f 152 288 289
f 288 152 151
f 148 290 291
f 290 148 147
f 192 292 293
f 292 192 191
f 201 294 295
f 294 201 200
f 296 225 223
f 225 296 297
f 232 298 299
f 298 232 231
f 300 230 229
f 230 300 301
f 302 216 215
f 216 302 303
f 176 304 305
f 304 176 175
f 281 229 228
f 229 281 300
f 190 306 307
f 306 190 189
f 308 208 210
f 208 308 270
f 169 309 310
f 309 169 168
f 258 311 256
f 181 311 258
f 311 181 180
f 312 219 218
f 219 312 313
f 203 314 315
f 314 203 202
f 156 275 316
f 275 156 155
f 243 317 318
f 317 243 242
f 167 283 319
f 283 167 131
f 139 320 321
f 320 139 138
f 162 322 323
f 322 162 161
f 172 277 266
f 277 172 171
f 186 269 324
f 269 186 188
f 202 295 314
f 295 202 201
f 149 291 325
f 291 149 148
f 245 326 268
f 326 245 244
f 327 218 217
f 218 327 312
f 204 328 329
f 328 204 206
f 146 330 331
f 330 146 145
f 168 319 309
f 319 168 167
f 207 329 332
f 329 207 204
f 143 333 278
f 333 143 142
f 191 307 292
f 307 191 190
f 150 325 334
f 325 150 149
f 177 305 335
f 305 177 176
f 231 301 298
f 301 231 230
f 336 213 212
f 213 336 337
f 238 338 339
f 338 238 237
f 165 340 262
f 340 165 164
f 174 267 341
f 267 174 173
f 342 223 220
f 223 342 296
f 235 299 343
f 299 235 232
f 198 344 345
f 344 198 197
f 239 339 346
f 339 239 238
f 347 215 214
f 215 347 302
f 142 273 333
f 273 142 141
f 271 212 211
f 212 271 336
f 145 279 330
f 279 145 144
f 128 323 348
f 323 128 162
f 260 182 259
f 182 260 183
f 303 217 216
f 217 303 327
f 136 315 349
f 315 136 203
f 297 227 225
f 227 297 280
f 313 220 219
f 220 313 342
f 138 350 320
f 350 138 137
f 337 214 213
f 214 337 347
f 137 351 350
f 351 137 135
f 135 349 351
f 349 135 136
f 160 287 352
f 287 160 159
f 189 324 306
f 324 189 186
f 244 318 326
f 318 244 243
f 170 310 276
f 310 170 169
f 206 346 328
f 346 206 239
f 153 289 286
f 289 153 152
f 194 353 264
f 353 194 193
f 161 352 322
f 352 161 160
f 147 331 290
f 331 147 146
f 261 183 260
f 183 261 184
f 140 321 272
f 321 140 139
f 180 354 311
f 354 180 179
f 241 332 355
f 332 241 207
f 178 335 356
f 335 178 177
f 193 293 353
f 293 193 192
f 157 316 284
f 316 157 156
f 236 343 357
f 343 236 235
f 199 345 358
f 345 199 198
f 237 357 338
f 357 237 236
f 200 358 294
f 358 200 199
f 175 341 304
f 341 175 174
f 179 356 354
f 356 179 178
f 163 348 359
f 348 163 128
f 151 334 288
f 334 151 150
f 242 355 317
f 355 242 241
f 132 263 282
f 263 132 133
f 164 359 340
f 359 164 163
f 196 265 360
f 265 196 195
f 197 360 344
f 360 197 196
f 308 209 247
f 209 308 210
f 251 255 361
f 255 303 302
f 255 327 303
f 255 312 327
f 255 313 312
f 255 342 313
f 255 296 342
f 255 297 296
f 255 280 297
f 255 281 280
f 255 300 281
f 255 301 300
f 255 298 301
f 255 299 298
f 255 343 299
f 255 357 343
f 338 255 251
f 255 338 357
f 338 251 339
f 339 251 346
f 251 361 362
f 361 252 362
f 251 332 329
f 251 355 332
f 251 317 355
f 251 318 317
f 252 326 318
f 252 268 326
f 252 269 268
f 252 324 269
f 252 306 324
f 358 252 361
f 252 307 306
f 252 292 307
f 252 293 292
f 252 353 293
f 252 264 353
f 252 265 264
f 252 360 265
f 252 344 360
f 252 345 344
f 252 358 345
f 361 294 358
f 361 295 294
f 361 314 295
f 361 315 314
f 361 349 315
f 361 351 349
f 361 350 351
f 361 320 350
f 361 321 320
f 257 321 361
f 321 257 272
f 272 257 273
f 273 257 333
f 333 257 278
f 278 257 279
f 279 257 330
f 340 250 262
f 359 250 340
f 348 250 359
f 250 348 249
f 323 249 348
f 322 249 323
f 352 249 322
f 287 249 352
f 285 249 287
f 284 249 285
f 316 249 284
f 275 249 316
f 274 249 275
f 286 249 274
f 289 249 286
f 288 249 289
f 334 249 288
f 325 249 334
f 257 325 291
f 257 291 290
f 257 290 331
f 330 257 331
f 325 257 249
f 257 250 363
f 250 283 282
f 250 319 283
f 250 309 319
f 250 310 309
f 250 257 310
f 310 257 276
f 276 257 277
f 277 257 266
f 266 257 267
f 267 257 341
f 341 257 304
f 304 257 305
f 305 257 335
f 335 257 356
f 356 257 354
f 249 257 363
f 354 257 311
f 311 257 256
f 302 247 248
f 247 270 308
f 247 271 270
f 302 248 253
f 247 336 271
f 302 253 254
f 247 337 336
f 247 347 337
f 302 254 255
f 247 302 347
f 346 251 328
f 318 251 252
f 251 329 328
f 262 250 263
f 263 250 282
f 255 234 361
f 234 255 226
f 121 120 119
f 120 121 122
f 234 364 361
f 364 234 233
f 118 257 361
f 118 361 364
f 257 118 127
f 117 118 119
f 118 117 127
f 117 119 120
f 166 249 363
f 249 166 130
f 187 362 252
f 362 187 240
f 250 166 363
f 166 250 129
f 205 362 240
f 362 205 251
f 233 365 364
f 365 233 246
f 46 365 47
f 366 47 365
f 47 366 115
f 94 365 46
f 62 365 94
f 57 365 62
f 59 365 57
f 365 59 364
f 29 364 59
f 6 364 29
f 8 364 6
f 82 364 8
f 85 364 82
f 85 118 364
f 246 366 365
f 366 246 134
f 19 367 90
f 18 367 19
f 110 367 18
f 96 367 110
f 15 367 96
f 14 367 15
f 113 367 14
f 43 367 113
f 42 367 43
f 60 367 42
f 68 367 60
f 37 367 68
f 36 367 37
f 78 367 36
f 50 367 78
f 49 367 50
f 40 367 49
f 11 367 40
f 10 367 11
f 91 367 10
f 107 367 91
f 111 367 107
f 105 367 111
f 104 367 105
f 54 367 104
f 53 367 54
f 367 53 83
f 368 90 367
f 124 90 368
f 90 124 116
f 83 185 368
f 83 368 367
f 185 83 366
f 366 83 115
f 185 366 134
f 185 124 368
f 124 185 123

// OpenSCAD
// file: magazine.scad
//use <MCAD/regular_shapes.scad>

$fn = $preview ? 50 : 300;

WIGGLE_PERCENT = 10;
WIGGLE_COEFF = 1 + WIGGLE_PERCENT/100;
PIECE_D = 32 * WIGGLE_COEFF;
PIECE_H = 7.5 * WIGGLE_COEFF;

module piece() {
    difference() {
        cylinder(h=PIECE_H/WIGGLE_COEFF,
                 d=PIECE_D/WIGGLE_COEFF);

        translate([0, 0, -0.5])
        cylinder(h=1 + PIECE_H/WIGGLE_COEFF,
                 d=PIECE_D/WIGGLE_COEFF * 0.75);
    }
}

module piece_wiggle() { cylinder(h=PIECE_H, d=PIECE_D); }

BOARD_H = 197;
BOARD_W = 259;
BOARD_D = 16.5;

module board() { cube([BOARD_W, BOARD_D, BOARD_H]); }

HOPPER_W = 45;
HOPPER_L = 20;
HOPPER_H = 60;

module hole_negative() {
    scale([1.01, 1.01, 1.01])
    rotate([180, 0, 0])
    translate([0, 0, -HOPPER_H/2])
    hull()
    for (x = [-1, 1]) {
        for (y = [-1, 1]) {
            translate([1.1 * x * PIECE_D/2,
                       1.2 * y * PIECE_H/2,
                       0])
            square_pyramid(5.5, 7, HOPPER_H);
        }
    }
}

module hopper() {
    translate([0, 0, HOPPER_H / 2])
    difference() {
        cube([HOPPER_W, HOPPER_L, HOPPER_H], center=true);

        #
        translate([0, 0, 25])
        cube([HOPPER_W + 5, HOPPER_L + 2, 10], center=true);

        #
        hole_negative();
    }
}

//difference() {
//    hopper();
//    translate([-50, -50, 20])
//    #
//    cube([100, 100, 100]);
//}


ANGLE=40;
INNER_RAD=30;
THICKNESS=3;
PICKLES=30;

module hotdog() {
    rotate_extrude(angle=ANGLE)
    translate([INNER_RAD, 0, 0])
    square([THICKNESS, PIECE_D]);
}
|---|
— TASK OBJECTIVE —
The expected response is the material above given again line by line, from its first line to the line holding "f 279 145 144", inclusive.

— SOLUTION —
f 152 288 289
f 288 152 151
f 148 290 291
f 290 148 147
f 192 292 293
f 292 192 191
f 201 294 295
f 294 201 200
f 296 225 223
f 225 296 297
f 232 298 299
f 298 232 231
f 300 230 229
f 230 300 301
f 302 216 215
f 216 302 303
f 176 304 305
f 304 176 175
f 281 229 228
f 229 281 300
f 190 306 307
f 306 190 189
f 308 208 210
f 208 308 270
f 169 309 310
f 309 169 168
f 258 311 256
f 181 311 258
f 311 181 180
f 312 219 218
f 219 312 313
f 203 314 315
f 314 203 202
f 156 275 316
f 275 156 155
f 243 317 318
f 317 243 242
f 167 283 319
f 283 167 131
f 139 320 321
f 320 139 138
f 162 322 323
f 322 162 161
f 172 277 266
f 277 172 171
f 186 269 324
f 269 186 188
f 202 295 314
f 295 202 201
f 149 291 325
f 291 149 148
f 245 326 268
f 326 245 244
f 327 218 217
f 218 327 312
f 204 328 329
f 328 204 206
f 146 330 331
f 330 146 145
f 168 319 309
f 319 168 167
f 207 329 332
f 329 207 204
f 143 333 278
f 333 143 142
f 191 307 292
f 307 191 190
f 150 325 334
f 325 150 149
f 177 305 335
f 305 177 176
f 231 301 298
f 301 231 230
f 336 213 212
f 213 336 337
f 238 338 339
f 338 238 237
f 165 340 262
f 340 165 164
f 174 267 341
f 267 174 173
f 342 223 220
f 223 342 296
f 235 299 343
f 299 235 232
f 198 344 345
f 344 198 197
f 239 339 346
f 339 239 238
f 347 215 214
f 215 347 302
f 142 273 333
f 273 142 141
f 271 212 211
f 212 271 336
f 145 279 330
f 279 145 144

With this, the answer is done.